The Pursuit of Joy

The Pursuit of Joy

I'm a fan of joy. But that's not saying much, because everyone likes to be happy. It's a natural human instinct. So how do you get there in a genuine, lasting way? This is something we're not very good at describing in Western culture. Happiness usually involves the accumulation of more stuff, more intense experiences, and quality time spent with loved ones. Usually, these things are achieved in combination with one another. I felt that there was something deeper getting in the way of my pursuit of joy, however. It took me some time to recognize the signs of trauma in myself. Peter Levine describes trauma as, "(an) incomplete physiological response suspended in fear." It's a state of unresolved tension in the body that prevents a traumatized person from being complete; shamanistic healers referred to this as the soul being separated from the body." Although we all have an innate capacity to heal this trauma, modern humans tend to overthink the process of healing:

"Modern life offers us few overt opportunities to use this powerfully evolved capacity. Today, our survival depends increasingly on developing our ability to think rather than being able to physically respond.

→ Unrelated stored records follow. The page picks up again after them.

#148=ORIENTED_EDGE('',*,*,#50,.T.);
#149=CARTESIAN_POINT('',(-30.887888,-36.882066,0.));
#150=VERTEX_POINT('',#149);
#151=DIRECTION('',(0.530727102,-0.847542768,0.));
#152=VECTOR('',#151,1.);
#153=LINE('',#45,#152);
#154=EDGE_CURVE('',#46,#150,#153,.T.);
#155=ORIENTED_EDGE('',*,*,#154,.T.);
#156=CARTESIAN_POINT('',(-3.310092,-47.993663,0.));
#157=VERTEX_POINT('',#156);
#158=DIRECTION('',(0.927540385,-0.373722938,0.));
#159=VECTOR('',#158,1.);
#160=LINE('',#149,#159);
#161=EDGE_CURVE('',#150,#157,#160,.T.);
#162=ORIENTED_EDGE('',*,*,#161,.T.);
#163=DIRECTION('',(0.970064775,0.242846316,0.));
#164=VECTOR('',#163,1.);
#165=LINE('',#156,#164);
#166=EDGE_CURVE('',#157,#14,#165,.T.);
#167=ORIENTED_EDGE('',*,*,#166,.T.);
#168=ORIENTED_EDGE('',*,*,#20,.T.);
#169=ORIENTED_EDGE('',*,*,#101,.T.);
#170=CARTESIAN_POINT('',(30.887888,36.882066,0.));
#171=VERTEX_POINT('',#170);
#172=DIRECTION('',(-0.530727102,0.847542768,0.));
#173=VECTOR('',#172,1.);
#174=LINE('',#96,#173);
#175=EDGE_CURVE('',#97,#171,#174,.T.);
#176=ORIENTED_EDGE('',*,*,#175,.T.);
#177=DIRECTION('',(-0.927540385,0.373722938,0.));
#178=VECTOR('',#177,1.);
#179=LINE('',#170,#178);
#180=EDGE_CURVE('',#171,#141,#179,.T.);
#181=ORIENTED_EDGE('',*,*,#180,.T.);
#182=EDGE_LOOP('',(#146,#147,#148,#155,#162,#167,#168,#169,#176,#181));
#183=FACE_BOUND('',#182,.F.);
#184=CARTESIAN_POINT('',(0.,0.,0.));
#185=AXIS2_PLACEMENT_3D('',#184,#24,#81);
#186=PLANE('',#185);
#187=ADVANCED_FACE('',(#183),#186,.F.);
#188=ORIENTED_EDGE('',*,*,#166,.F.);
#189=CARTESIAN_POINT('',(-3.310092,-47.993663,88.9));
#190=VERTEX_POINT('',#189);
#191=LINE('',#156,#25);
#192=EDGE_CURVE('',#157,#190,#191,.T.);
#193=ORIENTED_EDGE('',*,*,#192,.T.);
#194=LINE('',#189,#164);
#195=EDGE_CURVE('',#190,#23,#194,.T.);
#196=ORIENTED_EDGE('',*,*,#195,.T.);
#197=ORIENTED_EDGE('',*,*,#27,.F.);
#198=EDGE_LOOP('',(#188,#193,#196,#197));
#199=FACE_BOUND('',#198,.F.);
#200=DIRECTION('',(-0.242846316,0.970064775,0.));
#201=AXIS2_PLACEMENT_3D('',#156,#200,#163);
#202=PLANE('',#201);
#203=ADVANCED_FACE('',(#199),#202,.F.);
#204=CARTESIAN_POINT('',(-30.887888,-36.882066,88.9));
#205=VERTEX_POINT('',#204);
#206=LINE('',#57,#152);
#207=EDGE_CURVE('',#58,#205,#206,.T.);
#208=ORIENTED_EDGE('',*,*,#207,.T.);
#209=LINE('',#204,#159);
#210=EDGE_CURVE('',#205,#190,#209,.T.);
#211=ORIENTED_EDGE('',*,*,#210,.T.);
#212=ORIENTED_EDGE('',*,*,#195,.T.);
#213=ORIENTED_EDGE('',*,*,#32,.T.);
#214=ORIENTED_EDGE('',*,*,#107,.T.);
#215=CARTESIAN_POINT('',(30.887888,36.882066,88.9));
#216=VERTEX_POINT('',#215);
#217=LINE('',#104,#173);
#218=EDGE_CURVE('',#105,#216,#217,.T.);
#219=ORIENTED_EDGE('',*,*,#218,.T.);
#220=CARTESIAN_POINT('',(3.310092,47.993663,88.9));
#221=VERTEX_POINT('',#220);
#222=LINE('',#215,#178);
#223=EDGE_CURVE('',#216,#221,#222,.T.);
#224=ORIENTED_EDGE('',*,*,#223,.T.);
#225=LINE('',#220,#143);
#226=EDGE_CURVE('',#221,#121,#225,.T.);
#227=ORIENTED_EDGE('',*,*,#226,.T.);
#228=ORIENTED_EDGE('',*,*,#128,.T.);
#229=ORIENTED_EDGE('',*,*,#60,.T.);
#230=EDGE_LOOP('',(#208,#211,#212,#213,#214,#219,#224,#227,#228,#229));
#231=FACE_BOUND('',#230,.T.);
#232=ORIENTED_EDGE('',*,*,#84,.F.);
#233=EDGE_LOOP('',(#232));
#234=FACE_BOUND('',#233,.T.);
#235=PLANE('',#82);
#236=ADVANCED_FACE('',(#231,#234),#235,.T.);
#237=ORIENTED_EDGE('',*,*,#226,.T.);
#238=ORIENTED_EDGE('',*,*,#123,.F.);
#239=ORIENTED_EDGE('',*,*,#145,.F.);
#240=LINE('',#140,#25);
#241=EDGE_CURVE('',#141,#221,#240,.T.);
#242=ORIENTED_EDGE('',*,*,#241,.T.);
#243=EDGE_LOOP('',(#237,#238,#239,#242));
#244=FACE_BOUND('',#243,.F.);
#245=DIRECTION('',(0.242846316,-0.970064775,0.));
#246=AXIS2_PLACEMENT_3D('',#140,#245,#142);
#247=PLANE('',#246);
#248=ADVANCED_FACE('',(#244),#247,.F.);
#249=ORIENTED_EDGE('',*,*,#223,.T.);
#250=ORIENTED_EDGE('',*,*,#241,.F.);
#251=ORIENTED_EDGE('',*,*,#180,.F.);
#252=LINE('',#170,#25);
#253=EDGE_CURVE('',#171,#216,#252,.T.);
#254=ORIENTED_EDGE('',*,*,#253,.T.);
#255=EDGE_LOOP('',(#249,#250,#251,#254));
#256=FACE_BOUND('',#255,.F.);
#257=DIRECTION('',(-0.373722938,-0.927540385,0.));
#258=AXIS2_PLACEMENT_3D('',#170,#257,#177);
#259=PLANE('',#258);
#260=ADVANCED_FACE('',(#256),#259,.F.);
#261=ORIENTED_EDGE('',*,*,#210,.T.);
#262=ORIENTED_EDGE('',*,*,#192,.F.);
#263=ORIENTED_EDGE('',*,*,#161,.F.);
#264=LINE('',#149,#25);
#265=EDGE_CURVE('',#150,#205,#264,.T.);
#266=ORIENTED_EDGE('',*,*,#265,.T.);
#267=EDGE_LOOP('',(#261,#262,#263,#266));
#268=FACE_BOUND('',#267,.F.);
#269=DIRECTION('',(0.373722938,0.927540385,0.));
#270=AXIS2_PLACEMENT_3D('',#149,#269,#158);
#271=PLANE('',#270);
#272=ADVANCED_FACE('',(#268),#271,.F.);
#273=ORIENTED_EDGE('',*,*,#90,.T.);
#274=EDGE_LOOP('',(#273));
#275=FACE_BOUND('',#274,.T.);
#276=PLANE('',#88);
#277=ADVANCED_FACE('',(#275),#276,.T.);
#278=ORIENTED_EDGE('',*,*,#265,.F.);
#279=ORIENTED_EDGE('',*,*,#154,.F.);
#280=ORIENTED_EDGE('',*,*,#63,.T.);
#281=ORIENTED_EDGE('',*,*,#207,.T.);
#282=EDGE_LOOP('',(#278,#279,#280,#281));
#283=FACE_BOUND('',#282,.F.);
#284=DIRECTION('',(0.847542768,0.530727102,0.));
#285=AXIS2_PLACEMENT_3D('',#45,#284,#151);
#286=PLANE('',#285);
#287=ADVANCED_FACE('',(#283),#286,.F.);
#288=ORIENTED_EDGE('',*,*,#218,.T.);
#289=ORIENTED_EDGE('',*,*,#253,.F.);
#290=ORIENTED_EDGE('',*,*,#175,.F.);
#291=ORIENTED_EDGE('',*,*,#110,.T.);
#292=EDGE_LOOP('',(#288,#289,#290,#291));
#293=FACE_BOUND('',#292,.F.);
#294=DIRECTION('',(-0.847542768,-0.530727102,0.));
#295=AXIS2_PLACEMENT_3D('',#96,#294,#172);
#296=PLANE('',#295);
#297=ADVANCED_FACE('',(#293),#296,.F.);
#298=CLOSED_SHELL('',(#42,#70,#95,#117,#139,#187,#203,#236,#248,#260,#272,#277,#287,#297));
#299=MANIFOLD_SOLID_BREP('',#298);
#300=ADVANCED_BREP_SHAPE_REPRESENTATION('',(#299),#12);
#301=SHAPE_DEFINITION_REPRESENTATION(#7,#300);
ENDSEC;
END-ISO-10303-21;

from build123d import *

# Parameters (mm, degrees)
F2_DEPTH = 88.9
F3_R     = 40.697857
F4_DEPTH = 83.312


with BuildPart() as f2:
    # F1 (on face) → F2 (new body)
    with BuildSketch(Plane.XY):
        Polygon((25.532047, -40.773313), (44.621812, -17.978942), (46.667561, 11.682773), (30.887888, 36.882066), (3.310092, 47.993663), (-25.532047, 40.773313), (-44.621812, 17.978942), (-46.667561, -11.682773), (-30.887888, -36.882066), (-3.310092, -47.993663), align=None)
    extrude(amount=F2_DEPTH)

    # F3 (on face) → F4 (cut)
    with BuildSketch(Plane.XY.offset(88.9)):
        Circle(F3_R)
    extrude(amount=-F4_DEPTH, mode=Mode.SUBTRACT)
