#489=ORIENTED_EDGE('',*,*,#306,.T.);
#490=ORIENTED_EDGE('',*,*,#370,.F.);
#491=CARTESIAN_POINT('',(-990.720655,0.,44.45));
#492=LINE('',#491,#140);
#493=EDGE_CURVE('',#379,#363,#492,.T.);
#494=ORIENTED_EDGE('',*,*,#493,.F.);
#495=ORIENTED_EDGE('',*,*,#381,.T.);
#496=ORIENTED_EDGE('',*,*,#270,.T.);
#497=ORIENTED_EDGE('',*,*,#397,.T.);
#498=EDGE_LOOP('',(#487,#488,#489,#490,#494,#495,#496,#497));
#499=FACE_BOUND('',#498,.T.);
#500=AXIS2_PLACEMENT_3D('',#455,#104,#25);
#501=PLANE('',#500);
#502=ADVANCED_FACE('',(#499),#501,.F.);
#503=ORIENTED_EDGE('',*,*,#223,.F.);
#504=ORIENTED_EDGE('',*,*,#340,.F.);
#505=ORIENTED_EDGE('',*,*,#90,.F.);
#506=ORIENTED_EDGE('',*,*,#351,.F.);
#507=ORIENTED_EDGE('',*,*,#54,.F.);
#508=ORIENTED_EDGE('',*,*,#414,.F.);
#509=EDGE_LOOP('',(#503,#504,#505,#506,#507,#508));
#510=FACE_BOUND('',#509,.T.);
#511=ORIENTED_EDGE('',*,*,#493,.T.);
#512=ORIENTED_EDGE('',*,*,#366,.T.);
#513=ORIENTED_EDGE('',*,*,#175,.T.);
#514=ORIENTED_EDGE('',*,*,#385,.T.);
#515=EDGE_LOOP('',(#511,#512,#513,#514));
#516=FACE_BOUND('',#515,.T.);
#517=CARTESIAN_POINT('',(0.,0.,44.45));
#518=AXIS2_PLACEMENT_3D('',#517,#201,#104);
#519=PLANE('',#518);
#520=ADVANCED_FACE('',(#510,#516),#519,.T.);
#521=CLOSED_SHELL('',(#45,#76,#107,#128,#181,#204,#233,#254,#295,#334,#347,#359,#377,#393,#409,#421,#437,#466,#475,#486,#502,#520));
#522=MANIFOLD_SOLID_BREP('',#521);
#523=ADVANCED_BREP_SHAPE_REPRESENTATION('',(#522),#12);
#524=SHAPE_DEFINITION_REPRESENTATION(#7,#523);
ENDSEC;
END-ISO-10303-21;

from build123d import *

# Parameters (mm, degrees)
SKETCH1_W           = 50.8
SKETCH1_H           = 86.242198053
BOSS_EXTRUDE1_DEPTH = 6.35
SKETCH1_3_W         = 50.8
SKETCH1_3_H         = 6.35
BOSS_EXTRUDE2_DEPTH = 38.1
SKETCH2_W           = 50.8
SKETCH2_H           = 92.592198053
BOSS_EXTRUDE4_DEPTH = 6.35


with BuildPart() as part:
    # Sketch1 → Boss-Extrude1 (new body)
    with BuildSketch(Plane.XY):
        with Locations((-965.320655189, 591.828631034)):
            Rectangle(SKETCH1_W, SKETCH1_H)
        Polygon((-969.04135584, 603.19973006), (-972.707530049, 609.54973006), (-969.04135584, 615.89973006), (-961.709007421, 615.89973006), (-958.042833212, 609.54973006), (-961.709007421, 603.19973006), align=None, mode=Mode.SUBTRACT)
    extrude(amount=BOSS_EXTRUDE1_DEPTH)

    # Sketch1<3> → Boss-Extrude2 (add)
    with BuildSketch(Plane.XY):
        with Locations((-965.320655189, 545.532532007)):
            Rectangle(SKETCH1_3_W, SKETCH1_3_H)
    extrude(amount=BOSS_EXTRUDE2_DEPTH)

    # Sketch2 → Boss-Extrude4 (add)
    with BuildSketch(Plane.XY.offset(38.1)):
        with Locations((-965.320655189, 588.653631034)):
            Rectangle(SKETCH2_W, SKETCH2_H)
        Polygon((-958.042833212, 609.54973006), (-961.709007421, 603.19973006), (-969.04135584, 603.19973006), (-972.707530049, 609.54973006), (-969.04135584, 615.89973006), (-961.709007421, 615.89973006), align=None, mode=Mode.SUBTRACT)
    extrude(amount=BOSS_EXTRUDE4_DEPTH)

Consequently, most of us have become separated from our natural, instinctual selves— in particular, the part of us that can proudly, not disparagingly, be called animal ..." (Peter Levine, "Waking the Tiger")

We also lack the supportive community environment conducive to healing, and reconnecting with our internal selves:

"To move through trauma we need quietness, safety, and protection similar to that offered the bird in the gentle warmth of the child’s hands. We need support from friends and relatives, as well as from nature. With this support and connection, we can begin to trust and honor the natural process that will bring us to completion and wholeness, and eventually peace." (Peter Levine, "Waking the Tiger")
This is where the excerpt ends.